Synthetic Fertilizers Accelerate Climate Crisis; The Way We Feed People Conflicts with Stabilizing Climate

(Beyond Pesticides, November 17, 2020) Excessive use of nitrogen fertilizers in agriculture is driving global nitrous oxide (N2O) emissions higher than any projected scenario, putting the world at greater risk of a climate catastrophe. According to research published by an international team of scientists in the journal Nature, failure to adequately address nitrous oxide emissions has the potential to impede the ability for the world to keep warming below the 2°C target established under the Paris Climate Agreement, necessitating further cuts in other greenhouse gasses. The paper is a clarion call for greater attention to agriculture’s role in generating and mitigating the climate crisis.

“The dominant driver of the increase in atmospheric nitrous oxide comes from agriculture, and the growing demand for food and feed for animals will further increase global nitrous oxide emissions,” explains study lead author Hanqin Tian,  PhD, director of the International Center for Climate and Global Change Research at Auburn University in Alabama. “There is a conflict between the way we are feeding people and stabilizing the climate.”

Nitrous oxide both damages ozone and warms the atmosphere, as it is roughly 300x better at capturing heat than carbon dioxide. To account for global nitrous oxide emissions, the research team synthesized emission data from a wide range of both anthropogenic and natural sources, including consideration of the biogeochemical processes that influence N2O release into the atmosphere. In sum, it covers 21 natural and human related sectors between the years 1980 and 2016.

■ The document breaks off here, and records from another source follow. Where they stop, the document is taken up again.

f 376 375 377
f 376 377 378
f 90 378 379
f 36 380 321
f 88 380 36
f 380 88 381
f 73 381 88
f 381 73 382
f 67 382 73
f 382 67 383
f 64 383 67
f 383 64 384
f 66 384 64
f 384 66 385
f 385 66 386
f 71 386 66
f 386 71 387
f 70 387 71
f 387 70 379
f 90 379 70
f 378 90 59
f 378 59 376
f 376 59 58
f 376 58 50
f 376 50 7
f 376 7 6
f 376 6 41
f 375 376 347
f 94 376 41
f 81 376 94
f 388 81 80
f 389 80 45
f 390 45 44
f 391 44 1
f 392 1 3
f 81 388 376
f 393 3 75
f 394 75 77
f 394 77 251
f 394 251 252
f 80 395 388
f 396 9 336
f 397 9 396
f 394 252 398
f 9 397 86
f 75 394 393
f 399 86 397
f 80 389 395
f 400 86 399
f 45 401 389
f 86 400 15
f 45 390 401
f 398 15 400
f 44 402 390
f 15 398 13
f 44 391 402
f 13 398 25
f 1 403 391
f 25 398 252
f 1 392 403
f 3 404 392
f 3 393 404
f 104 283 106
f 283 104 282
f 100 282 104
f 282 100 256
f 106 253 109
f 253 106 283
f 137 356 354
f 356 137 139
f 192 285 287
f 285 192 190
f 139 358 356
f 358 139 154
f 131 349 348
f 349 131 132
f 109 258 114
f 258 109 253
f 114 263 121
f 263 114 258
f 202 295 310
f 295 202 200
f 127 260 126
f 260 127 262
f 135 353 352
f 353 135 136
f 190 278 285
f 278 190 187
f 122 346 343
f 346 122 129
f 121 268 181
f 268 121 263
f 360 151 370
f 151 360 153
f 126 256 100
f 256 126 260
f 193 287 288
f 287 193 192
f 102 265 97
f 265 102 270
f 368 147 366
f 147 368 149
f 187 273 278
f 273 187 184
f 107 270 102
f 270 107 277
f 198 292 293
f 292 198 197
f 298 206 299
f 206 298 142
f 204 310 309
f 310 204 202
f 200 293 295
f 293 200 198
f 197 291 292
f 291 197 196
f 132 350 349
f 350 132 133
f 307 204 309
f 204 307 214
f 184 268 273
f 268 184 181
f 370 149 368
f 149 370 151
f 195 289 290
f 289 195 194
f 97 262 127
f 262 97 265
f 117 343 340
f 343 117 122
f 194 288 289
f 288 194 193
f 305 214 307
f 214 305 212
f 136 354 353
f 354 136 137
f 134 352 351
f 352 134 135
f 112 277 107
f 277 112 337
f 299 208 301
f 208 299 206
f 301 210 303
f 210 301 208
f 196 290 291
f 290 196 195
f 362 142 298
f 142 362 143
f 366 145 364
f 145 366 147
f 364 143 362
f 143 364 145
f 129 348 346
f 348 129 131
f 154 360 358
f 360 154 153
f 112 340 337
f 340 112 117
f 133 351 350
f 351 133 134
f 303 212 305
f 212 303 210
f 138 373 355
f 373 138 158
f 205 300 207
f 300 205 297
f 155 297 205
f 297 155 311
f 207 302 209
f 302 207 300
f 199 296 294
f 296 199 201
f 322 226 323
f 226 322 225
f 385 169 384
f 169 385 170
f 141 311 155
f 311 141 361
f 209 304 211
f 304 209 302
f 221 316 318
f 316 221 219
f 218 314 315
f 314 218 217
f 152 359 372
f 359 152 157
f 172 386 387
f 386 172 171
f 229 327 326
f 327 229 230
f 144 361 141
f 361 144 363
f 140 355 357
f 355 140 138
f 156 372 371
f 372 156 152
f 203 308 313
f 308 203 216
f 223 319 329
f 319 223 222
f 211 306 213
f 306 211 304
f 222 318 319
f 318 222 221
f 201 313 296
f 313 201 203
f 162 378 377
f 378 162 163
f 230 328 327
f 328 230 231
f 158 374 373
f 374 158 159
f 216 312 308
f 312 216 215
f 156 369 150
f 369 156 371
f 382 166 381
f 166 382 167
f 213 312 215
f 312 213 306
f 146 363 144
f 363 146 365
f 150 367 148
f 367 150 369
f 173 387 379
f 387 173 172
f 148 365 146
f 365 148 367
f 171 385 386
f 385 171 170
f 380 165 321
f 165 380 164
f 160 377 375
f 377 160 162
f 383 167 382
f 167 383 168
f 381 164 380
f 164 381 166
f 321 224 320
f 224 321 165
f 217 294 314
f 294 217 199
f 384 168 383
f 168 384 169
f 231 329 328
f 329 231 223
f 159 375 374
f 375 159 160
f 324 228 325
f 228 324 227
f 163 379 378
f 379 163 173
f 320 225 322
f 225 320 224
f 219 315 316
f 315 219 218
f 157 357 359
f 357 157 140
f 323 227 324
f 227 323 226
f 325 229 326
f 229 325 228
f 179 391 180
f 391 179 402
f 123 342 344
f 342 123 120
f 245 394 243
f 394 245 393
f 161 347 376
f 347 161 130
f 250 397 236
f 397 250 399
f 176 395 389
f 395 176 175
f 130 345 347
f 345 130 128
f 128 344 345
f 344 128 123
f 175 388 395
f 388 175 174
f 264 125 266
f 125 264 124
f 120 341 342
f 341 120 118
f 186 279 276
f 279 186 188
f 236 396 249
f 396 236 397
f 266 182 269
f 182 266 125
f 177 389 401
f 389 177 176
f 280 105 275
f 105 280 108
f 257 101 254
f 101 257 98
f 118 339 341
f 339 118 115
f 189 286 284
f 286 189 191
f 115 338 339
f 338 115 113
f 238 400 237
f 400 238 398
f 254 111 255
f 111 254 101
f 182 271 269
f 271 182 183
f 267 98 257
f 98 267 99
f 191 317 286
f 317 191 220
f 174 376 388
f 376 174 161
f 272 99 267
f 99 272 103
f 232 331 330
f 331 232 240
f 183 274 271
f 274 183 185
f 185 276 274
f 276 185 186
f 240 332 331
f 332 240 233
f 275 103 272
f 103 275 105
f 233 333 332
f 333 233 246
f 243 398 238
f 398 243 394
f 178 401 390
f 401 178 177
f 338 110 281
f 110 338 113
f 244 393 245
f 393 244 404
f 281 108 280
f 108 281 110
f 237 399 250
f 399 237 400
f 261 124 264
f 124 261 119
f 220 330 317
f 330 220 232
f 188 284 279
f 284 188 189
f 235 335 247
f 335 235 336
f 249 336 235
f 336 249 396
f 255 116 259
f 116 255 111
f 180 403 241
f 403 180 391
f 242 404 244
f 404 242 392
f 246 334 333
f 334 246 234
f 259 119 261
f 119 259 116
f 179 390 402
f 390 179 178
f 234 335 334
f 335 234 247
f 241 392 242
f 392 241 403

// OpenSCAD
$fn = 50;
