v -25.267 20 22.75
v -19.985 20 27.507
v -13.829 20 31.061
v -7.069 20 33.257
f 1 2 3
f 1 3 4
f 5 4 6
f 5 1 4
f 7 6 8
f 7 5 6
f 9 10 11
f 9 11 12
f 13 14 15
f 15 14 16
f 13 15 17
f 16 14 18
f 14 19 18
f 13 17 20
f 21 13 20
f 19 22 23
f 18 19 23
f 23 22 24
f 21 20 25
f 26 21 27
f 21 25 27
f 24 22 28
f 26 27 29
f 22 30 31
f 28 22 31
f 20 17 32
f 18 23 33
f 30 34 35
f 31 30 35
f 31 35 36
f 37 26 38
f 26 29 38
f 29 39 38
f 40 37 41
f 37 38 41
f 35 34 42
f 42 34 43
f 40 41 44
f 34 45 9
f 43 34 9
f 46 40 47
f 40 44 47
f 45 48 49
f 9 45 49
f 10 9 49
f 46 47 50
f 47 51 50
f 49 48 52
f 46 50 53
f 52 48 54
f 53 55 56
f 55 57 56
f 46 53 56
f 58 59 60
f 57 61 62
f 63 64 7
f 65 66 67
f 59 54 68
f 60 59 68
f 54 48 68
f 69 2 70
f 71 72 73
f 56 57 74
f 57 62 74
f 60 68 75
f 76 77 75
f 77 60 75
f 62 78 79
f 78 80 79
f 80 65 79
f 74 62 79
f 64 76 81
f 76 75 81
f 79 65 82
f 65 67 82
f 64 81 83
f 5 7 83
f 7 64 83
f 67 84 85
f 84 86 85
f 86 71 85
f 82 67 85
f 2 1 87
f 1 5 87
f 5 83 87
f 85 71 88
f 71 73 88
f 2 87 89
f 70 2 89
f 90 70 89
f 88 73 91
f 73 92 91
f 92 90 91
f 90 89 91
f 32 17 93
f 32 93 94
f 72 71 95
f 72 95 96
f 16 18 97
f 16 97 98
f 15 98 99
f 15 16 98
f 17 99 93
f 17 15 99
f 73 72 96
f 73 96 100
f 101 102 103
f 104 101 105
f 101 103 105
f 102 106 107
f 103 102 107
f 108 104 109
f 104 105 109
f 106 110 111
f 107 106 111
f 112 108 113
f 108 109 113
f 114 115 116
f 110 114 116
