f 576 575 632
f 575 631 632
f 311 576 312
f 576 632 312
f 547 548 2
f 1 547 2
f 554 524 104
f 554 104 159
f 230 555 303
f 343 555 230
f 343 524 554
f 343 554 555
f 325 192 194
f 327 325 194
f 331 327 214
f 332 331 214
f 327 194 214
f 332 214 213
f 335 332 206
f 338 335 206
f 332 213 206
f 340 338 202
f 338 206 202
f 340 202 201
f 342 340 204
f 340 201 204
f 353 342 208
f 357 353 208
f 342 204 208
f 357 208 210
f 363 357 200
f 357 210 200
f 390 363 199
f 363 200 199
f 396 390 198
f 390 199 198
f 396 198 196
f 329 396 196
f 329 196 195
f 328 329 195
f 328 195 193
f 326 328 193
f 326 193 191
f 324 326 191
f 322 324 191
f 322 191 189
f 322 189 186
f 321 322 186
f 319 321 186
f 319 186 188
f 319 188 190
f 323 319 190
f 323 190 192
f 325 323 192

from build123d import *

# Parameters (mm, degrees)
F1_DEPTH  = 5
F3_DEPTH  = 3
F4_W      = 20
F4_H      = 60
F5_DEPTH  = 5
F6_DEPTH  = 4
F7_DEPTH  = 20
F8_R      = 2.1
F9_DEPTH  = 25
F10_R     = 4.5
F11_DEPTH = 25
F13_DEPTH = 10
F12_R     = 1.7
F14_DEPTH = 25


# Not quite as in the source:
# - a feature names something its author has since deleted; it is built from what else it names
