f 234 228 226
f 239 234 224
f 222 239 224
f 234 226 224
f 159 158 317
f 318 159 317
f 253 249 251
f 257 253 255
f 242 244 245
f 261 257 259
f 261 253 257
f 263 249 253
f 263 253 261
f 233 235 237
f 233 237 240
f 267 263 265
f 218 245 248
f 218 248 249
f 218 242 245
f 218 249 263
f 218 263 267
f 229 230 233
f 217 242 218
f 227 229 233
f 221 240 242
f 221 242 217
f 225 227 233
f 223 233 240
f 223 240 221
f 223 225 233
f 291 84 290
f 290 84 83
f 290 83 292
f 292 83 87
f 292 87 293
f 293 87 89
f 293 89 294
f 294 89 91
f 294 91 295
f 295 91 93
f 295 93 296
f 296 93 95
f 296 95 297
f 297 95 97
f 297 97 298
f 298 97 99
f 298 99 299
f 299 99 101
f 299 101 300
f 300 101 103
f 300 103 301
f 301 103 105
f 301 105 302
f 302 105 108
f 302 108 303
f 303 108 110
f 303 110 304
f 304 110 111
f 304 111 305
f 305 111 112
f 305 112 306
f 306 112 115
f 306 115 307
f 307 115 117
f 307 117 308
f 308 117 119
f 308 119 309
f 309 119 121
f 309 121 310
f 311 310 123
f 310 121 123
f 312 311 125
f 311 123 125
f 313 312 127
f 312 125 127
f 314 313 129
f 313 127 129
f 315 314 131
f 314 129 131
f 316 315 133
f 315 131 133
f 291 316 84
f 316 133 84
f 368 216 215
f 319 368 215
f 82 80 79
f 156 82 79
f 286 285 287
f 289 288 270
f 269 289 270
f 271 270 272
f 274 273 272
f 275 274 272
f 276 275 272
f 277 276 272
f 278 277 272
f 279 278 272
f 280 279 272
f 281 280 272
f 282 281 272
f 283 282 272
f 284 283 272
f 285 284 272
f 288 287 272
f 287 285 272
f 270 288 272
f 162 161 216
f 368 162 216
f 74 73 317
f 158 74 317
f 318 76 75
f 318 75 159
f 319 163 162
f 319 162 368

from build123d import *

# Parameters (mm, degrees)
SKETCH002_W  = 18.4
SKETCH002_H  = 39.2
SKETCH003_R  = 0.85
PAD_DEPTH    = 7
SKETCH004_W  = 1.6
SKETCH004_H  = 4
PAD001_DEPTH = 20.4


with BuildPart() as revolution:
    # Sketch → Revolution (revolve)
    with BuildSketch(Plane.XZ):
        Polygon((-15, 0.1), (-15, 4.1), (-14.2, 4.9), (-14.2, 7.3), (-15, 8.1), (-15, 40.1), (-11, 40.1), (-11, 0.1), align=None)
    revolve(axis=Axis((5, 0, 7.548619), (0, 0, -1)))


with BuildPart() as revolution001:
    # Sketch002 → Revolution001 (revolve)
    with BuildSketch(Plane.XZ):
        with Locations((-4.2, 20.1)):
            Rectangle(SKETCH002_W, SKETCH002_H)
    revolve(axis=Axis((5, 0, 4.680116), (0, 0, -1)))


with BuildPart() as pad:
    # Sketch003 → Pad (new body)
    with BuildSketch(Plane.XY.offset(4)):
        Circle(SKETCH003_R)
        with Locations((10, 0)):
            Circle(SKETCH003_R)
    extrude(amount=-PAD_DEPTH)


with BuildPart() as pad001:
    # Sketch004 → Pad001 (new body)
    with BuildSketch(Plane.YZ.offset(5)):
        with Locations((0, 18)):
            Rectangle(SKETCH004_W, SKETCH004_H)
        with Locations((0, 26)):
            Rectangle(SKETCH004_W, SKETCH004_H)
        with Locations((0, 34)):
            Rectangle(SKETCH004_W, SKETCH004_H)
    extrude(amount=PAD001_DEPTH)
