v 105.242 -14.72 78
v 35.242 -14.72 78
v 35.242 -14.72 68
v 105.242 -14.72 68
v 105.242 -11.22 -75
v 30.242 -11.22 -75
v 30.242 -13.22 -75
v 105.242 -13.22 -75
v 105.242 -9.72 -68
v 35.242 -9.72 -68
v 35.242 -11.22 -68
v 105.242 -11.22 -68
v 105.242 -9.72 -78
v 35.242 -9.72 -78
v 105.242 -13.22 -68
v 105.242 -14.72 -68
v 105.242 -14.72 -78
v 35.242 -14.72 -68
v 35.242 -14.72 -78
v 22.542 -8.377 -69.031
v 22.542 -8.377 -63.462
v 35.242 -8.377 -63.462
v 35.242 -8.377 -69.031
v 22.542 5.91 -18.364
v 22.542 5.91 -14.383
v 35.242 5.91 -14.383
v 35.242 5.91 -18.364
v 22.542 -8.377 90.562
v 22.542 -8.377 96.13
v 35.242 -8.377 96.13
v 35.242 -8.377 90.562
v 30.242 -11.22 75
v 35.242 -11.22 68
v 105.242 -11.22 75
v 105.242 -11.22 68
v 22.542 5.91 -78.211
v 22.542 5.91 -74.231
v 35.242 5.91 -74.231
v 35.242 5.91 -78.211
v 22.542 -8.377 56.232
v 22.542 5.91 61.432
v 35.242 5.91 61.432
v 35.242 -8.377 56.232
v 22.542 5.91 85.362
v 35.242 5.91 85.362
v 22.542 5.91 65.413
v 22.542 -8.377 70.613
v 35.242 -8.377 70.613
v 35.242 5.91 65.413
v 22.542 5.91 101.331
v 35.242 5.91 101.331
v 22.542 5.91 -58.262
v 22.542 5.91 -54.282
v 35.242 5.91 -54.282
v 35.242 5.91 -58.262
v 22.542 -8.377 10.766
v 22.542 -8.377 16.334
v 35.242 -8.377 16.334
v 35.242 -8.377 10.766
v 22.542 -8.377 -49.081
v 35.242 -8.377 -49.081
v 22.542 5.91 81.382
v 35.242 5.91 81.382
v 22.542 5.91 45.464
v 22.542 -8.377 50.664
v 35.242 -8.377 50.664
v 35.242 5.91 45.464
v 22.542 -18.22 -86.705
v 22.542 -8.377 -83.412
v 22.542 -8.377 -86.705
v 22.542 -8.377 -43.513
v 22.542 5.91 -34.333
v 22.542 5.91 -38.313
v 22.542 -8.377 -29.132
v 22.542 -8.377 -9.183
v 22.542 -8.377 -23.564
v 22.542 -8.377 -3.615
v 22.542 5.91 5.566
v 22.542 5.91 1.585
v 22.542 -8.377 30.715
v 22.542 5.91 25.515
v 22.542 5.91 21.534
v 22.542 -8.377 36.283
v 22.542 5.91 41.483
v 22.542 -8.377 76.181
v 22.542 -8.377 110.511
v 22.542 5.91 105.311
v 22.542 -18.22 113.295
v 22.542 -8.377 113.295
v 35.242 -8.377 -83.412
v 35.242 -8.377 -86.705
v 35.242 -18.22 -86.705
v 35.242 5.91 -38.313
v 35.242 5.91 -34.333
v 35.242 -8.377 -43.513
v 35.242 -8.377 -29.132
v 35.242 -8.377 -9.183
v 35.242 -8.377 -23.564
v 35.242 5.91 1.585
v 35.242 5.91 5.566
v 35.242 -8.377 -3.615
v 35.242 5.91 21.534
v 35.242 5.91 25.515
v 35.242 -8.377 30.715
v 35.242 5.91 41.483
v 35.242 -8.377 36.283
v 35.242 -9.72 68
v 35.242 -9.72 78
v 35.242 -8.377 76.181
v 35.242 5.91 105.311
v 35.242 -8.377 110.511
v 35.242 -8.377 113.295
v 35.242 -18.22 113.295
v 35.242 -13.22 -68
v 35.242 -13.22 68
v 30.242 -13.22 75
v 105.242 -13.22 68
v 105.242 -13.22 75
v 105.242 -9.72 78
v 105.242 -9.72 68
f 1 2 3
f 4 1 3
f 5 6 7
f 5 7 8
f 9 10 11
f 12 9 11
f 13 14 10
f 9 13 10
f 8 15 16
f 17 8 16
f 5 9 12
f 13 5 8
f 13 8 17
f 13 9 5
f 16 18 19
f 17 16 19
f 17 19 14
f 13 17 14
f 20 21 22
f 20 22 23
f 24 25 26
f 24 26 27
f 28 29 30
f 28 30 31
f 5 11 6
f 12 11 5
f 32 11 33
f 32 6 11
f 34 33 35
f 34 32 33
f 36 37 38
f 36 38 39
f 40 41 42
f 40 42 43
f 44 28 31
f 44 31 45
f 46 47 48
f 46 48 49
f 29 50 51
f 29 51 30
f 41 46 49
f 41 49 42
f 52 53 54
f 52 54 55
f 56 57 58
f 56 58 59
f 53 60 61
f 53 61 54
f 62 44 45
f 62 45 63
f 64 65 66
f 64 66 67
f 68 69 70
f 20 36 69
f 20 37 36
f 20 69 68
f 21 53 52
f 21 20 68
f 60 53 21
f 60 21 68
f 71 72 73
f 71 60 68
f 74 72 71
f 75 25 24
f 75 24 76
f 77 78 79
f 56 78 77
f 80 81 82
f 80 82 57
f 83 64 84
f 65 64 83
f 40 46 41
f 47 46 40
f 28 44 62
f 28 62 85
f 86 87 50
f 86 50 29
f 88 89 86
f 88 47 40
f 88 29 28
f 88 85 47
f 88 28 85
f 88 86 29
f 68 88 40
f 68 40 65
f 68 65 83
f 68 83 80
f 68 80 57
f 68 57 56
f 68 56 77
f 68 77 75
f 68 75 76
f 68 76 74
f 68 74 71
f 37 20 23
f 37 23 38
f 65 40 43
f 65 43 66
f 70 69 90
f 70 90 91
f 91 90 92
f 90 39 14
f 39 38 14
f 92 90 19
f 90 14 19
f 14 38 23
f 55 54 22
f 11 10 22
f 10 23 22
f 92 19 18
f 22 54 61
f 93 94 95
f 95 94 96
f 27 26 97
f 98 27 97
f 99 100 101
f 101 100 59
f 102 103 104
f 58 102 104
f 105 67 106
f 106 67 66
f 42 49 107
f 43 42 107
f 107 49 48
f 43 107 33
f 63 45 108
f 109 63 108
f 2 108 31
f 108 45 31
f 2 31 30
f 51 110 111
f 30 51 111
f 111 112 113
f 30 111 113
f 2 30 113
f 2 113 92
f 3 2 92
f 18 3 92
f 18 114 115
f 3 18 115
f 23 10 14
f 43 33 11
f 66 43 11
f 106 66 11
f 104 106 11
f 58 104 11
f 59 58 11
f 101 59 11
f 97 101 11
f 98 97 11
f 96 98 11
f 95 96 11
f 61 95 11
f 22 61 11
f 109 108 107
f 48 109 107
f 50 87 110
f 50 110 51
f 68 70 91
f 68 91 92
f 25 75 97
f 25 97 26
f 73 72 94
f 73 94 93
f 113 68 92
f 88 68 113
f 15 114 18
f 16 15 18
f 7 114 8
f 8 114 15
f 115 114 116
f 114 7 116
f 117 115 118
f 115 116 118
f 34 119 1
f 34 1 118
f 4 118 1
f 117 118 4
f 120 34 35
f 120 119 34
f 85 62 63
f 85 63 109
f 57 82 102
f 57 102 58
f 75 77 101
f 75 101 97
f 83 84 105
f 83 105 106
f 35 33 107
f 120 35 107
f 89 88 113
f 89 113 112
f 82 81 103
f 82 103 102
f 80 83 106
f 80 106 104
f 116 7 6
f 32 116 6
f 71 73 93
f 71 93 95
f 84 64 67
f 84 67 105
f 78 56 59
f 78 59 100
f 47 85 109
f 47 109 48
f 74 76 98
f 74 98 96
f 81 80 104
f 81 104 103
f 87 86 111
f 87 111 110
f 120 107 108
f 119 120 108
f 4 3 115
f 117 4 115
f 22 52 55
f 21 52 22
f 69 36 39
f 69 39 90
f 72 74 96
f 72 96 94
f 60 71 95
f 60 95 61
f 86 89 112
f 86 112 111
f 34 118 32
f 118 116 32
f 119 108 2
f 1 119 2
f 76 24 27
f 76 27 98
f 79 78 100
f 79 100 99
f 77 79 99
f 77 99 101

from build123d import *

# Parameters (mm, degrees)
BOSS_EXTRUDE1_DEPTH = 12.7
SKETCH3_W           = 5
SKETCH3_H           = 2
CUT_EXTRUDE1_DEPTH  = 75
BOSS_EXTRUDE3_DEPTH = 70


with BuildPart() as part:
    # Sketch1 → Boss-Extrude1 (new body)
    with BuildSketch(Plane(origin=(22.542150286, 0, 0), x_dir=(0, -1, 0), z_dir=(-1, 0, 0))):
        Polygon((-5.910199341, -78.211363822), (8.377300659, -83.411588544), (8.377300659, -86.704627867), (18.219800659, -86.704627867), (18.219800659, 113.295480133), (8.377300659, 113.295480133), (8.377300659, 110.511415536), (-5.910199341, 105.311190814), (-5.910199341, 101.330656125), (8.377300659, 96.130431403), (8.377300659, 90.562302208), (-5.910199341, 85.362077486), (-5.910199341, 81.381542798), (8.377300659, 76.181318076), (8.377300659, 70.613188881), (-5.910199341, 65.412964159), (-5.910199341, 61.43242947), (8.377300659, 56.232204748), (8.377300659, 50.664075553), (-5.910199341, 45.463850831), (-5.910199341, 41.483316143), (8.377300659, 36.283091421), (8.377300659, 30.714962226), (-5.910199341, 25.514737504), (-5.910199341, 21.534202815), (8.377300659, 16.333978093), (8.377300659, 10.765848898), (-5.910199341, 5.565624176), (-5.910199341, 1.585089488), (8.377300659, -3.615135234), (8.377300659, -9.183264429), (-5.910199341, -14.383489151), (-5.910199341, -18.36402384), (8.377300659, -23.564248562), (8.377300659, -29.132377757), (-5.910199341, -34.332602479), (-5.910199341, -38.313137167), (8.377300659, -43.513361889), (8.377300659, -49.081491084), (-5.910199341, -54.281715806), (-5.910199341, -58.262250495), (8.377300659, -63.462475217), (8.377300659, -69.030604412), (-5.910199341, -74.230829134), align=None)
    extrude(amount=-BOSS_EXTRUDE1_DEPTH)

    # Sketch3 → Cut-Extrude1 (cut, symmetric)
    with BuildSketch(Plane.XY):
        with Locations((32.742150286, -12.219800659)):
            Rectangle(SKETCH3_W, SKETCH3_H)
    extrude(amount=CUT_EXTRUDE1_DEPTH, both=True, mode=Mode.SUBTRACT)

    # Sketch4 → Boss-Extrude3 (add)
    with BuildSketch(Plane(origin=(35.242150286, 0, 0), x_dir=(0, 0, -1), z_dir=(1, 0, 0))):
        Polygon((-78, -9.719800659), (-78, -14.719800659), (-68, -14.719800659), (-68, -13.219800659), (-75, -13.219800659), (-75, -11.219800659), (-68, -11.219800659), (-68, -9.719800659), align=None)
        Polygon((68, -14.719800659), (78, -14.719800659), (78, -9.719800659), (68, -9.719800659), (68, -11.219800659), (75, -11.219800659), (75, -13.219800659), (68, -13.219800659), align=None)
    extrude(amount=BOSS_EXTRUDE3_DEPTH)


solid = part.part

Growth in nitrous oxide emissions over these last four decades has been considerable, with human-caused release, mostly from fertilizer use on cropland, increasing by 30%. Compared to pre-industrial levels, nitrous oxide levels increased 20% from all sources.

“Current emissions are tracking global temperature increases above 3 degrees Celsius — twice the temperature target of the Paris Agreement,” said study co-author Robert Jackson, PhD, a Stanford University professor and chair of the Global Carbon Project.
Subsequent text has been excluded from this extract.